I personally wouldn't worry about achieving zero. Mine hits zero after a filter change but slowly creeps up. After a year it hits 10ppm and i change the filters again, just as a precaution. 

The main thing you are trying to achieve is to remove harmful metals and contaminants from the water and reduce hardness slightly. 

My CRS tank needed a TDS of about 120-140. My tap water was 330. A few PPM here and there isnt much to worry about as you will just re-mineralise (sp?) to the correct levels anyway. 

what are you trying to keep?


----------



## KipperSarnie (25 Jul 2016)

Originally Discus but having visited breeders & specialist I'm non to happy with what the breeders have done with this majestic fish so Discus will have to wait till I've converted the fish room & buy wild or near wild stock.
The alternative was always Chocolate Gourami & other Asian black water inhabitants, except I also have a love of Keyhole Cichlids so bang goes the geographical tank idea!!


----------



## Chrispowell (25 Jul 2016)

The flow on an RO filter is restricted by the flow restricter.

If you wanted more flow you could get a taller filter with larger pods running on 3/8 pipe..

I used to use a float valve to fill up a container and then shut the water off. I then drained the tank and pumped the Ro water into the tank


----------



## GHNelson (25 Jul 2016)

Hi
I have used RO in the past for a planted aquarium...not specifically for fish!
RO cannot be used neat.....it has to be remineralised in some form!
I cut the RO with tap water on a 3 to 1 unit ratio this was a good ratio for my needs!
Therefore you need to do some detective work regarding which parameters you would like to achieve!
Some information below!
 RO USE! 
hoggie


----------



## KipperSarnie (25 Jul 2016)

The last time I was big into fish, 30 years ago, I lived in Lancashire with it's soft water. I used to prepare water for my fish in half a dozen dustbins with added peat (Now a bad word)
Back in Kent with it's hard alkaline water I was told RO water mixed with tap water was the way to go but as the water supply here is not the best I decided to add the option of full RO filtered water or filtered water, bypassing the RO membranes as required.

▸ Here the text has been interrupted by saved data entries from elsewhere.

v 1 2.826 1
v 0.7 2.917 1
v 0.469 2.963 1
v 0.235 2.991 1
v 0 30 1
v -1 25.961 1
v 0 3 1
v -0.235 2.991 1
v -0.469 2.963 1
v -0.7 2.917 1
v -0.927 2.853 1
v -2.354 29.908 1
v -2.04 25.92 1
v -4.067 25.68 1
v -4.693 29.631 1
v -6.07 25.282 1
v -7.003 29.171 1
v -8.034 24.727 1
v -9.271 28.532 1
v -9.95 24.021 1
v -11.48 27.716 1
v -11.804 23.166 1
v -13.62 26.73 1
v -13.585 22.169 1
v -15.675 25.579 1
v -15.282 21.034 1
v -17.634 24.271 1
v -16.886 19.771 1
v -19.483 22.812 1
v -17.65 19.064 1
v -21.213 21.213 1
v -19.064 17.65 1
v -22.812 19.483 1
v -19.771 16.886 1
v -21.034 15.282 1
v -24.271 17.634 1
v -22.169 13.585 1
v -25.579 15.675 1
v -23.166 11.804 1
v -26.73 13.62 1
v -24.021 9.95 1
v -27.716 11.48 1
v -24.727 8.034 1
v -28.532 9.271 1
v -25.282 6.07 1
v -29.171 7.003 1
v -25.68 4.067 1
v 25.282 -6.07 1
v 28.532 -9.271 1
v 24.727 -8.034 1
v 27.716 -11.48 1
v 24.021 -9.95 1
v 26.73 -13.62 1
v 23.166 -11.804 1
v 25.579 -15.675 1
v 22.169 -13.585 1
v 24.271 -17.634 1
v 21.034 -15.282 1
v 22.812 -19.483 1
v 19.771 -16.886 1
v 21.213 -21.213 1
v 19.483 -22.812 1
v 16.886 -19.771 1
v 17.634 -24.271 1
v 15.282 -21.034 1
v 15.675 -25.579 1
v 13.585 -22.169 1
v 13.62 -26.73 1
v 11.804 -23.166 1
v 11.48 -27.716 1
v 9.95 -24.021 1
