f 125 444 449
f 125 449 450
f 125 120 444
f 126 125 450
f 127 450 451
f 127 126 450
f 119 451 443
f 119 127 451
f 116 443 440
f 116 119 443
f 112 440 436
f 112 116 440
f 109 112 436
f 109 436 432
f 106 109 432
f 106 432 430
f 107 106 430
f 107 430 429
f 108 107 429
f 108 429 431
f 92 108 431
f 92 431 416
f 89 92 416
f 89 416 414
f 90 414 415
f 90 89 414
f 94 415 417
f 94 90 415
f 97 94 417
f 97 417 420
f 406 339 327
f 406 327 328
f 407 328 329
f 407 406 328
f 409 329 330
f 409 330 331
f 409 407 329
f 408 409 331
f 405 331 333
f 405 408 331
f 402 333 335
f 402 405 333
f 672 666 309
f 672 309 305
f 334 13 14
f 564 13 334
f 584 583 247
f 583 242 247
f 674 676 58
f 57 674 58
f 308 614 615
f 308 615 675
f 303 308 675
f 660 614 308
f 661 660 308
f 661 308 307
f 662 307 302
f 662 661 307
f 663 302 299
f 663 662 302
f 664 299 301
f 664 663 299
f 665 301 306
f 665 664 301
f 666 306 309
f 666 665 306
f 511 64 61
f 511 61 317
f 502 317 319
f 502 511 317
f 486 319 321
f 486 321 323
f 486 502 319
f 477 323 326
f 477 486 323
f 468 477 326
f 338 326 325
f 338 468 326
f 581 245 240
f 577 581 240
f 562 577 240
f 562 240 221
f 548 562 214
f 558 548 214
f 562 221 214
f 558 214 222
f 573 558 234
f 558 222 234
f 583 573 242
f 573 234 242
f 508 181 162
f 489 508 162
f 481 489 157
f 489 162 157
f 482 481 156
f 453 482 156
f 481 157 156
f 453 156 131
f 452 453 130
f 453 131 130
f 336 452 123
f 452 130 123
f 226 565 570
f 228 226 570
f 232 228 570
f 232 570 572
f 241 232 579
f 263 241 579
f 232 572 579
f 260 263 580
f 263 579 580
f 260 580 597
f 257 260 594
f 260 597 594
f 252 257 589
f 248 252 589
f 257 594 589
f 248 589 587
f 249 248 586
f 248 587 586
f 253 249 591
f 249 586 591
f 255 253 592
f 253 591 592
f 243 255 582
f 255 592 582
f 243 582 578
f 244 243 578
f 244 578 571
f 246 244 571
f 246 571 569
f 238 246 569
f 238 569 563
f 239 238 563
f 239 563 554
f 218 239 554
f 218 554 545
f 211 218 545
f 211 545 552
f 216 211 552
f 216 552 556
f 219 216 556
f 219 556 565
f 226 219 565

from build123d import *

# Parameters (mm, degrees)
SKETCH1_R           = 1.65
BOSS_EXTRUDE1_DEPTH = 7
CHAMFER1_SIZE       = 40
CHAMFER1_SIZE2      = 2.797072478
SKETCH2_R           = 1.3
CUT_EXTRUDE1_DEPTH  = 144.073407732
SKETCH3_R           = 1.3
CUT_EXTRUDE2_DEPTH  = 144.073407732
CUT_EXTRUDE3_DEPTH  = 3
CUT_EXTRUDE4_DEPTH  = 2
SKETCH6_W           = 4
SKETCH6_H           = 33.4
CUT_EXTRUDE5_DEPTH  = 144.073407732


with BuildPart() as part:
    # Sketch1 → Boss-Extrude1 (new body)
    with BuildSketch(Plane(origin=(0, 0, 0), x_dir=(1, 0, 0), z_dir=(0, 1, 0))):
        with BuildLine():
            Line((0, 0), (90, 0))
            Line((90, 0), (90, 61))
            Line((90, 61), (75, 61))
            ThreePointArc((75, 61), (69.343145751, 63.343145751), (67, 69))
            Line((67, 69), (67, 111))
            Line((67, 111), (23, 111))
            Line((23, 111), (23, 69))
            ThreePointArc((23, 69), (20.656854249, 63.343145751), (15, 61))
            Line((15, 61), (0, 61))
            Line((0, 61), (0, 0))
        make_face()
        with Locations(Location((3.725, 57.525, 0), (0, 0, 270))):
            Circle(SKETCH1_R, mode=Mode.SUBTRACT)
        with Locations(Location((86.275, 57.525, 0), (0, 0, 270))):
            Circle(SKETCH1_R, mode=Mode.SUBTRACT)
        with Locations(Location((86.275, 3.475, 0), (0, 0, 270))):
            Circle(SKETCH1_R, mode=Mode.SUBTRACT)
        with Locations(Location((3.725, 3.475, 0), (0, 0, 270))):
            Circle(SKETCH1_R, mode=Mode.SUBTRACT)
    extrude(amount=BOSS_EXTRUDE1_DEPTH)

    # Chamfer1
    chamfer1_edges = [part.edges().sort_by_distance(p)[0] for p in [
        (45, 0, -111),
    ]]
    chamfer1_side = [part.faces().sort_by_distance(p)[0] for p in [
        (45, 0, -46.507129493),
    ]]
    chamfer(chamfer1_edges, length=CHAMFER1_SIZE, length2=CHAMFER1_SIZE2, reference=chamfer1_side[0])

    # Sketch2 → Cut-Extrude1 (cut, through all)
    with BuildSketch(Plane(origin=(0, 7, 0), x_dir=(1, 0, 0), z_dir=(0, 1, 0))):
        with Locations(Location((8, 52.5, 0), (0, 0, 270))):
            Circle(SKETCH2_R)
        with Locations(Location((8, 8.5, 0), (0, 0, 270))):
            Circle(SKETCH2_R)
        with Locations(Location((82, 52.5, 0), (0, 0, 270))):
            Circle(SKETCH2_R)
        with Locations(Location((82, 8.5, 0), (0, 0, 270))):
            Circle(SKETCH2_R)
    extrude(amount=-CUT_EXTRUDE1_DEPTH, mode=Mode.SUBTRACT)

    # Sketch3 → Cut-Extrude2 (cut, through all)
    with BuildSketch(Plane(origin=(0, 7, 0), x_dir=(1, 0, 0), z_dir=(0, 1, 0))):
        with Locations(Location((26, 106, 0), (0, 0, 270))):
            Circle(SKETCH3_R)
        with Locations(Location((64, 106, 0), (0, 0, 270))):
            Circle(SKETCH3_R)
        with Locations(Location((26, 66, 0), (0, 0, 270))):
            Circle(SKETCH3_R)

My reasons behind adding the second membrane was not only to increase the flow of RO water but also to cut down on the waste water. I now produce far, far less waste water!


----------



## Daveslaney (25 Jul 2016)

Used ro in the past also,Wouldnt worry to much about a zero TDS dont think i every achieved it eitherThat was with a 300gpd unit.As been said you will need to cut it with tap water for use anyways.
Most Discus even high quality can be reared in tap water now days anyways.
If you want more ro production to waste water you need to look at boosting your incoming water pressure with a pump before your ro unit.


----------



## Nick16 (25 Jul 2016)

Dont cut it with tap water, defeats the whole point of having an RO unit. If you are trying to remove possible harmful substances from the tap water (metals etc), then why would you go and mix it with tap water afterwards? 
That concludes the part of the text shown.